Im Norden würde ich die Kanalpassage dann bis Kalkriese durchziehen. Das Varusschlacht Museum will ich unbedingt mit drin haben. Soll ja schließlich Cherusker 500 heißen, das Ding. Da kann man nicht den Hermann mitnehmen und Kalkriese weglassen. Da gibt's Kloppe 

Von dort aus ein Stück Richtung Süden und auf dem DiVa Walk wieder zum Wiehen sieht auch gut aus. Wo ist denn der besagte Anstieg? Ich nehme mal an, östlich von Ostercappeln, hinter der Lecker Mühle???

Ach ja, @el_wood : Stacheldraht, Brennesseln, Elektrozäune... Alles kein Thema, aber so'n GST-Bullen, der sich vor seine Mädels stellt, muss ich nicht noch mal haben. Der hatte definitiv dickere Eier, als ich


----------



## el_wood (2. Mai 2013)

Welchen Zeitrahmen hast du dir denn für die Erstbefahrung gesetzt?


----------



## JENSeits (1. Juli 2013)

Wie schauts aus? Ich bin neugierig Axel 

LG Jens


----------



## exto (3. Juli 2013)

Ich hab den größten Teil der Strecke zusammen. Ein Paar Passagen sind, zumindest für mich, noch ziemlich theoretisch.
Ab dem 29. hab ich wieder 2Wochen Urlaub. Da werd ich mein Simple satteln, campingklamotten und einen vollgeladenen Kindle einsacken und gaaanz gemütlich die Strecke abgondeln.
Wenn alles zu meiner Zufriedenheit ausfällt, gibt's das Ding nächstes Jahr zum genießen 
Dann wird's Zeit, sich ein Paar weitergehende Gedanken über so Dinge wie Zeitpunkt usw. zu machen.


----------



## JENSeits (3. Juli 2013)

Das klingt gut!

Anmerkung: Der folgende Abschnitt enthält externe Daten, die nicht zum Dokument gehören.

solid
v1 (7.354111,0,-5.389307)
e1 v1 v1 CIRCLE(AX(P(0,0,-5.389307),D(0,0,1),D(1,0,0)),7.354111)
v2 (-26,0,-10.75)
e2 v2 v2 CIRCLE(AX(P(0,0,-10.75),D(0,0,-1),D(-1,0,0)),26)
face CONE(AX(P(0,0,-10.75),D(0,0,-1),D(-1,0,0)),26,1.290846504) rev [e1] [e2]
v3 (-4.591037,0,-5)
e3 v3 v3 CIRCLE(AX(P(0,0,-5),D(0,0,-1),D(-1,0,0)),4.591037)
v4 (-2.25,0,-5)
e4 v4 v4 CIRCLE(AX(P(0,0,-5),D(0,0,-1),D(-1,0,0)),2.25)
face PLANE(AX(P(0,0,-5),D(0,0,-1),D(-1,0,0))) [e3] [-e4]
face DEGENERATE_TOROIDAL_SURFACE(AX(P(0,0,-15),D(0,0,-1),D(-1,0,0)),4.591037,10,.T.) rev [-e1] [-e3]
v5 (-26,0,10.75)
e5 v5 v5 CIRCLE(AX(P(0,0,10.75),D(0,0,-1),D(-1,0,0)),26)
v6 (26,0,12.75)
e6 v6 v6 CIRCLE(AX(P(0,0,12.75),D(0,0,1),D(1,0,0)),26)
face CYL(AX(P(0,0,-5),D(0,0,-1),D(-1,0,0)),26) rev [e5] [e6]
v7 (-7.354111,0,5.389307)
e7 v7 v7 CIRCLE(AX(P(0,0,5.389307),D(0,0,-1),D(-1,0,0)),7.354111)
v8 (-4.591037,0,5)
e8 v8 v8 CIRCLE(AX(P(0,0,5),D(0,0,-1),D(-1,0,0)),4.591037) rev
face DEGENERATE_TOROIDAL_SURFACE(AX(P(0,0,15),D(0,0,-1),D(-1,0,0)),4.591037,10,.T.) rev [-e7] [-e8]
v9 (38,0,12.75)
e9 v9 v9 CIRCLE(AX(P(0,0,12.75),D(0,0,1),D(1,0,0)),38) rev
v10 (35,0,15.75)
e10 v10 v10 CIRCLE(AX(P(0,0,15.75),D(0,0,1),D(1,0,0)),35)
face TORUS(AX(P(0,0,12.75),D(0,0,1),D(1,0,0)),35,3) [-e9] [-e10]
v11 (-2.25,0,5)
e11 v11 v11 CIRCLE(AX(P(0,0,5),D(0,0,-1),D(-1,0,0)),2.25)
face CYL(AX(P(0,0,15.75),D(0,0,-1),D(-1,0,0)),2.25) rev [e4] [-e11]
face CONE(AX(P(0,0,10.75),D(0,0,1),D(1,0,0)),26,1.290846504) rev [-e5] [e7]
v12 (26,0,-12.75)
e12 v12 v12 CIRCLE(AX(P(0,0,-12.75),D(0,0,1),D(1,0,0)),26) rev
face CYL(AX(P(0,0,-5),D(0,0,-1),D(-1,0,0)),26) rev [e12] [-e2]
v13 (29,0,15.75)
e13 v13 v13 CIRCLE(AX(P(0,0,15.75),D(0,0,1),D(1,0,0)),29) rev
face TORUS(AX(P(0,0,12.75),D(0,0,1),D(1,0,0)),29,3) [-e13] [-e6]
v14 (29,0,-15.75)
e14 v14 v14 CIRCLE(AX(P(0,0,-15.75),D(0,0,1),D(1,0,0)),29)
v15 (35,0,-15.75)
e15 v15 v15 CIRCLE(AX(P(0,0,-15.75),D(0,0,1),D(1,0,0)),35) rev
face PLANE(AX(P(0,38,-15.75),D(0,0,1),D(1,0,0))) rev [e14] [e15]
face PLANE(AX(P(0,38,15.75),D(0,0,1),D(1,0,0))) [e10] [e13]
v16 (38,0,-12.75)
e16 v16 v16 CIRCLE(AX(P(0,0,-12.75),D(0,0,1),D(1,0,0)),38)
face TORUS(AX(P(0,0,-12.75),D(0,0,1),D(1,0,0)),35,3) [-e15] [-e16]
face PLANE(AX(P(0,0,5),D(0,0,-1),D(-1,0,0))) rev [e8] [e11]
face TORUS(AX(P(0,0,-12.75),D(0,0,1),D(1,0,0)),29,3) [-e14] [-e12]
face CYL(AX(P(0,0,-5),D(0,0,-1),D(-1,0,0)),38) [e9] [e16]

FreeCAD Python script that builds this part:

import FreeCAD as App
import Part
import Sketcher
from FreeCAD import Vector
Q = App.Units.Quantity


def edges_at(feature, points):
    """Names of the edges that pass closest to the given points."""
    edges = feature.Shape.Edges
    near = lambda p: min(range(len(edges)), key=lambda i: edges[i].distToShape(Part.Vertex(*p))[0])
    return sorted({f"Edge{near(p) + 1}" for p in points})

doc = App.newDocument("Part")
body = doc.addObject("PartDesign::Body", "Body")

# Sketch on YZ plane
sketch1 = doc.addObject("Sketcher::SketchObject", "Sketch")
body.addObject(sketch1)
sketch1.AttachmentSupport = (doc.YZ_Plane, [""])
sketch1.MapMode = "FlatFace"
sketch1.addGeometry([
    Part.LineSegment(Vector(38, -16, 0), Vector(38, 16, 0)),  # 0
    Part.LineSegment(Vector(38, 16, 0), Vector(26, 16, 0)),  # 1
    Part.LineSegment(Vector(26, 16, 0), Vector(26, 11, 0)),  # 2
    Part.LineSegment(Vector(26, 11, 0), Vector(6, 5, 0)),  # 3
    Part.LineSegment(Vector(6, 5, 0), Vector(0, 5, 0)),  # 4
    Part.LineSegment(Vector(0, 5, 0), Vector(0, -5, 0)),  # 5
    Part.LineSegment(Vector(0, -5, 0), Vector(6, -5, 0)),  # 6
    Part.LineSegment(Vector(6, -5, 0), Vector(26, -11, 0)),  # 7
    Part.LineSegment(Vector(26, -11, 0), Vector(26, -16, 0)),  # 8
    Part.LineSegment(Vector(26, -16, 0), Vector(38, -16, 0)),  # 9
], False)
sketch1.addConstraint([
    Sketcher.Constraint("Coincident", 0, 2, 1, 1),
    Sketcher.Constraint("Coincident", 1, 2, 2, 1),
    Sketcher.Constraint("Coincident", 2, 2, 3, 1),
    Sketcher.Constraint("Coincident", 3, 2, 4, 1),
    Sketcher.Constraint("Coincident", 4, 2, 5, 1),
    Sketcher.Constraint("Coincident", 5, 2, 6, 1),
    Sketcher.Constraint("Coincident", 6, 2, 7, 1),
    Sketcher.Constraint("Coincident", 7, 2, 8, 1),
    Sketcher.Constraint("Coincident", 8, 2, 9, 1),
    Sketcher.Constraint("Coincident", 9, 2, 0, 1),
    Sketcher.Constraint("Vertical", 0),
    Sketcher.Constraint("Horizontal", 1),
    Sketcher.Constraint("Vertical", 2),
    Sketcher.Constraint("Horizontal", 4),
    Sketcher.Constraint("Vertical", 5),
    Sketcher.Constraint("Horizontal", 6),
    Sketcher.Constraint("Vertical", 8),
    Sketcher.Constraint("Horizontal", 9),
    Sketcher.Constraint("Symmetric", 4, 2, 5, 2, -1, 1),
    Sketcher.Constraint("Symmetric", 2, 2, 7, 2, -1),
    Sketcher.Constraint("Vertical", 3, 2, 6, 2),
    Sketcher.Constraint("Equal", 2, 8),
    Sketcher.Constraint("DistanceX", 1, 2, 1, 1, Q("12 mm")),
    Sketcher.Constraint("DistanceX", 4, 2, 4, 1, Q("6 mm")),
    Sketcher.Constraint("DistanceY", 2, 2, 2, 1, Q("5 mm")),
    Sketcher.Constraint("DistanceY", 5, 2, 5, 1, Q("10 mm")),
    Sketcher.Constraint("DistanceY", 0, 1, 0, 2, Q("31.5 mm")),
    Sketcher.Constraint("DistanceX", -1, 1, 0, 2, Q("38 mm")),
])
revolution = doc.addObject("PartDesign::Revolution", "Revolution")
body.addObject(revolution)
revolution.Profile = sketch1
revolution.ReferenceAxis = (sketch1, ["V_Axis"])
revolution.Angle = 360

# Sketch on XY plane
sketch2 = doc.addObject("Sketcher::SketchObject", "Sketch001")
body.addObject(sketch2)
sketch2.AttachmentSupport = (doc.XY_Plane, [""])
sketch2.MapMode = "FlatFace"
sketch2.AttachmentOffset = App.Placement(Vector(0, 0, -5), App.Rotation())
sketch2.addGeometry(Part.Circle(Vector(0, 0, 0), Vector(0, 0, 1), 2.2), False)
sketch2.addConstraint([
    Sketcher.Constraint("Coincident", 0, 3, -1, 1),
    Sketcher.Constraint("Diameter", 0, Q("4.5 mm")),
])
pocket1 = doc.addObject("PartDesign::Pocket", "Pocket")
body.addObject(pocket1)
pocket1.Profile = sketch2
pocket1.Type = "ThroughAll"
pocket1.Reversed = True
doc.recompute()

fillet = doc.addObject("PartDesign::Fillet", "Fillet")
body.addObject(fillet)
fillet.Base = (pocket1, edges_at(pocket1, [
    (0, -38, 15.75),
    (0, -26, 15.75),
    (0, -26, -15.75),
    (0, -38, -15.75),
]))
fillet.Radius = 3
doc.recompute()

fillet2 = doc.addObject("PartDesign::Fillet", "Fillet001")
body.addObject(fillet2)
fillet2.Base = (fillet, edges_at(fillet, [(0, -6, 5), (0, -6, -5)]))
fillet2.Radius = 10

doc.recompute()
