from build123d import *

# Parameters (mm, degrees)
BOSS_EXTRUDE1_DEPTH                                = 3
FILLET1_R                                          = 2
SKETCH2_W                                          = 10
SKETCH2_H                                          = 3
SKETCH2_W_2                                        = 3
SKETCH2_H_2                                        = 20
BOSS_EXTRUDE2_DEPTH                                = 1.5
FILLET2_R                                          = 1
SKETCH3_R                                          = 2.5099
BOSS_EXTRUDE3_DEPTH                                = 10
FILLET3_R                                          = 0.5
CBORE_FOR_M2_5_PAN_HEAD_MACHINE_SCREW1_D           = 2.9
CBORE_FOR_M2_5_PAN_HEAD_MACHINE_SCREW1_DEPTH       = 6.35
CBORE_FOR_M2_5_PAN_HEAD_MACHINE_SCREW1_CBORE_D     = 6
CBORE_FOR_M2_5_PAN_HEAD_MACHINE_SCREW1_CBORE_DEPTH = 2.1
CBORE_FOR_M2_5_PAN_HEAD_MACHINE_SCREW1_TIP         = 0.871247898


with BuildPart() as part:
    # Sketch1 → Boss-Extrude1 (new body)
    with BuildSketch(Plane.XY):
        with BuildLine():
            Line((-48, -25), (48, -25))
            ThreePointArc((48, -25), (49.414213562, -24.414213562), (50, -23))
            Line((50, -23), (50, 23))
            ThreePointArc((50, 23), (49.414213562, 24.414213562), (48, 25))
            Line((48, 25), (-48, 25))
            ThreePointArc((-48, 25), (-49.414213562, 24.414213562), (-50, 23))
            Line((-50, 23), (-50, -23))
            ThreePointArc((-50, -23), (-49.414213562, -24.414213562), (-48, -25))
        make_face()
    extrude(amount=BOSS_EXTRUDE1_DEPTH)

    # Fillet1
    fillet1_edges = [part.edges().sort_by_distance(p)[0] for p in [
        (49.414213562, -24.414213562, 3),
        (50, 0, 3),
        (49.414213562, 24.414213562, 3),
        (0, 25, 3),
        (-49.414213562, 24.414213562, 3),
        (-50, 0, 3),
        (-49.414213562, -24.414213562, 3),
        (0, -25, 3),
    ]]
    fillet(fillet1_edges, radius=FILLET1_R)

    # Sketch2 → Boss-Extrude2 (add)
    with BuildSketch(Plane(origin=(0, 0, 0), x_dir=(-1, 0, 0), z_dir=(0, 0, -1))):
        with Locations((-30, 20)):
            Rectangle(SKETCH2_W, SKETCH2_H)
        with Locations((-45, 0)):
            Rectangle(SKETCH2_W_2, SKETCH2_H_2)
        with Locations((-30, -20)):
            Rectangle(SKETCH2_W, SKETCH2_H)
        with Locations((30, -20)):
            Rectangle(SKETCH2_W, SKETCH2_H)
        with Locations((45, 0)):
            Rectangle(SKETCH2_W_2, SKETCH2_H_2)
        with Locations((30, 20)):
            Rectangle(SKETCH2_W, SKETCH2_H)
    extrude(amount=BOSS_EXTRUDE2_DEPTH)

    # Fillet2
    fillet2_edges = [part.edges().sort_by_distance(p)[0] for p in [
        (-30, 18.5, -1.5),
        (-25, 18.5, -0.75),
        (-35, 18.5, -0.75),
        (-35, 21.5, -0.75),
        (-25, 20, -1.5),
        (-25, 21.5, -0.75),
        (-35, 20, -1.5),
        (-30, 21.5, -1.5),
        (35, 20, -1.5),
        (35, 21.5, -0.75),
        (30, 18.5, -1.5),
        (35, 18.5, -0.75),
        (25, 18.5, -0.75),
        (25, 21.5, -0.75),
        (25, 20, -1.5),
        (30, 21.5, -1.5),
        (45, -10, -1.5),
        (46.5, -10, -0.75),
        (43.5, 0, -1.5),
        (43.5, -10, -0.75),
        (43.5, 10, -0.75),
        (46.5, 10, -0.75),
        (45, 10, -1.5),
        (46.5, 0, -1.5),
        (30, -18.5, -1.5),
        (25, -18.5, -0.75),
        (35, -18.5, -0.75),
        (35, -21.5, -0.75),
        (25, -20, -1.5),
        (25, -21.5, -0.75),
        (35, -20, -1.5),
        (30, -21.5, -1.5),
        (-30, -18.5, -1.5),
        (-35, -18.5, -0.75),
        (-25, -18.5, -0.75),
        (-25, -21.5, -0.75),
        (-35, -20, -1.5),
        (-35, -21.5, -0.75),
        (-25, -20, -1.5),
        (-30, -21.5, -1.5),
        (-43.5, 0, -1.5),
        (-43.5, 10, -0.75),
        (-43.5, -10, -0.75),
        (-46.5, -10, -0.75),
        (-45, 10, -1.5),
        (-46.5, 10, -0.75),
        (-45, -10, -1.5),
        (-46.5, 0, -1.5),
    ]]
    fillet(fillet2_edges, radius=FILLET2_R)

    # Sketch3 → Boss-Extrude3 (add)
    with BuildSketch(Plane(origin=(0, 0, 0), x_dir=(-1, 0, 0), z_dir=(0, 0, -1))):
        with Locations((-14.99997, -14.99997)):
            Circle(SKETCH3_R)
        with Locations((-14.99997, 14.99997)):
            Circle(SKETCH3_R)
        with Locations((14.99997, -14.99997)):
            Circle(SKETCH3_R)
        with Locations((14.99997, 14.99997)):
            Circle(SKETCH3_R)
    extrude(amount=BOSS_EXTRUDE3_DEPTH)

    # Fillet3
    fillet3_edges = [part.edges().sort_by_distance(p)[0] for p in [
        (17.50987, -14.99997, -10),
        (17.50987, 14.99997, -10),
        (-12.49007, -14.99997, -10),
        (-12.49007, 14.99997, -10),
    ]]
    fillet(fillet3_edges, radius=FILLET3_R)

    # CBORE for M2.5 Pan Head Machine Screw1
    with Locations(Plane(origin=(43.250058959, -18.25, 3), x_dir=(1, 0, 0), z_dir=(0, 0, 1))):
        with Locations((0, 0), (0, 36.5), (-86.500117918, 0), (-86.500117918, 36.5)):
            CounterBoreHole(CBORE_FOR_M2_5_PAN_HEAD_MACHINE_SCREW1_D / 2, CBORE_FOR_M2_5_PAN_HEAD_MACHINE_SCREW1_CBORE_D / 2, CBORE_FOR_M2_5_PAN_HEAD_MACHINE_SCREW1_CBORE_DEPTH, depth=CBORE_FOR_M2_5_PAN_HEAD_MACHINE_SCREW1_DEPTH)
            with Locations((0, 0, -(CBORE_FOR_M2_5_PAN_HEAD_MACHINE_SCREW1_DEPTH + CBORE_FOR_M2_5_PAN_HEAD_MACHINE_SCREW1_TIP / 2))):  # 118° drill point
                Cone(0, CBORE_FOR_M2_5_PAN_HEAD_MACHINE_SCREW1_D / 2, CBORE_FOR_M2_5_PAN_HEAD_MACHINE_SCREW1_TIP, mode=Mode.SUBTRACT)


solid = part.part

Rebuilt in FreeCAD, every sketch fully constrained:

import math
import FreeCAD as App
import Part
import Sketcher
Q = App.Units.Quantity


def edges_at(feature, points):
    """Names of the edges that pass closest to the given points."""
    edges = feature.Shape.Edges
    near = lambda p: min(range(len(edges)), key=lambda i: edges[i].distToShape(Part.Vertex(*p))[0])
    return sorted({f"Edge{near(p) + 1}" for p in points})

doc = App.newDocument("Part")
body = doc.addObject("PartDesign::Body", "Body")

# Sketch on XY plane
sketch1 = body.newObject("Sketcher::SketchObject", "Sketch")
sketch1.AttachmentSupport = (doc.getObject("XY_Plane"), [""])
sketch1.MapMode = "FlatFace"
sketch1.addGeometry([
    Part.LineSegment(App.Vector(-48, -25, 0), App.Vector(48, -25, 0)),  # 0
    Part.ArcOfCircle(Part.Circle(App.Vector(48, -23, 0), App.Vector(0, 0, 1), 2), math.radians(-90), math.radians(0)),  # 1
    Part.LineSegment(App.Vector(50, -23, 0), App.Vector(50, 23, 0)),  # 2
    Part.ArcOfCircle(Part.Circle(App.Vector(48, 23, 0), App.Vector(0, 0, 1), 2), math.radians(0), math.radians(90)),  # 3
    Part.LineSegment(App.Vector(48, 25, 0), App.Vector(-48, 25, 0)),  # 4
    Part.ArcOfCircle(Part.Circle(App.Vector(-48, 23, 0), App.Vector(0, 0, 1), 2), math.radians(90), math.radians(180)),  # 5
    Part.LineSegment(App.Vector(-50, 23, 0), App.Vector(-50, -23, 0)),  # 6
    Part.ArcOfCircle(Part.Circle(App.Vector(-48, -23, 0), App.Vector(0, 0, 1), 2), math.radians(-180), math.radians(-90)),  # 7
], False)
sketch1.addConstraint([
    Sketcher.Constraint("Tangent", 0, 2, 1, 1),
    Sketcher.Constraint("Tangent", 1, 2, 2, 1),
    Sketcher.Constraint("Tangent", 2, 2, 3, 1),
    Sketcher.Constraint("Tangent", 3, 2, 4, 1),
    Sketcher.Constraint("Tangent", 4, 2, 5, 1),
    Sketcher.Constraint("Tangent", 5, 2, 6, 1),
    Sketcher.Constraint("Tangent", 6, 2, 7, 1),
    Sketcher.Constraint("Tangent", 7, 2, 0, 1),
    Sketcher.Constraint("Horizontal", 0),
    Sketcher.Constraint("Vertical", 2),
    Sketcher.Constraint("Horizontal", 4),
    Sketcher.Constraint("Vertical", 6),
    Sketcher.Constraint("Equal", 1, 3),
    Sketcher.Constraint("Equal", 3, 5),
    Sketcher.Constraint("Equal", 5, 7),
    Sketcher.Constraint("Symmetric", 1, 3, 5, 3, -1, 1),
    Sketcher.Constraint("Radius", 1, Q("2 mm")),
    Sketcher.Constraint("DistanceX", 0, 1, 0, 2, Q("96 mm")),
    Sketcher.Constraint("DistanceY", 2, 1, 2, 2, Q("46 mm")),
])
pad1 = body.newObject("PartDesign::Pad", "Pad")
pad1.Profile = sketch1
pad1.Length = 3
doc.recompute()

Meld dich wenn du in der Ecke bist - vllt passts ja, dann musst du nicht alles alleine treten


----------



## exto (31. Juli 2013)

So, ich bin zurück von der Probrfahrt!

465 Kilometer mit etwa 9000 HM. 

Die Tips mit der Passage bis zum nassen Dreieck, bzw. mit dem Einbau von Teilen des DiVa-Walks nördlich von Osnabrück haben sich als goldrichtig erwiesen. Bis auf ein, zwei kleine Passagen in den Bückebergen z.B. hat sich alles, was ich im Vorfeld zusammengekramt hatte, als prima erwiesen.
Die Strecke ist insgesammt hart, aber machbar und abwechslungsreich. Der Teil zwischen Hameln und Lemgo ist ein bisschen erholsamer als der Start. Der Teuto (besonders zwischen Oerlinghausen und Bad Iburg) ist konditionell schon heftig. Besonders, wenn man mit Gepäck unterwegs ist. Da kommt's dann ganz gut, dass es zwischen Ibbenbüren und Ostercappeln mal 50 Kilometer gut rollt. 
Der Rest ist wieder ruppiger und leider schwierig in der Versorgung. Wenn man keine unnötigen Abstecher ins Tiefland machen will, sind Venne und Ostercappeln die letzten Versorgungspunkte.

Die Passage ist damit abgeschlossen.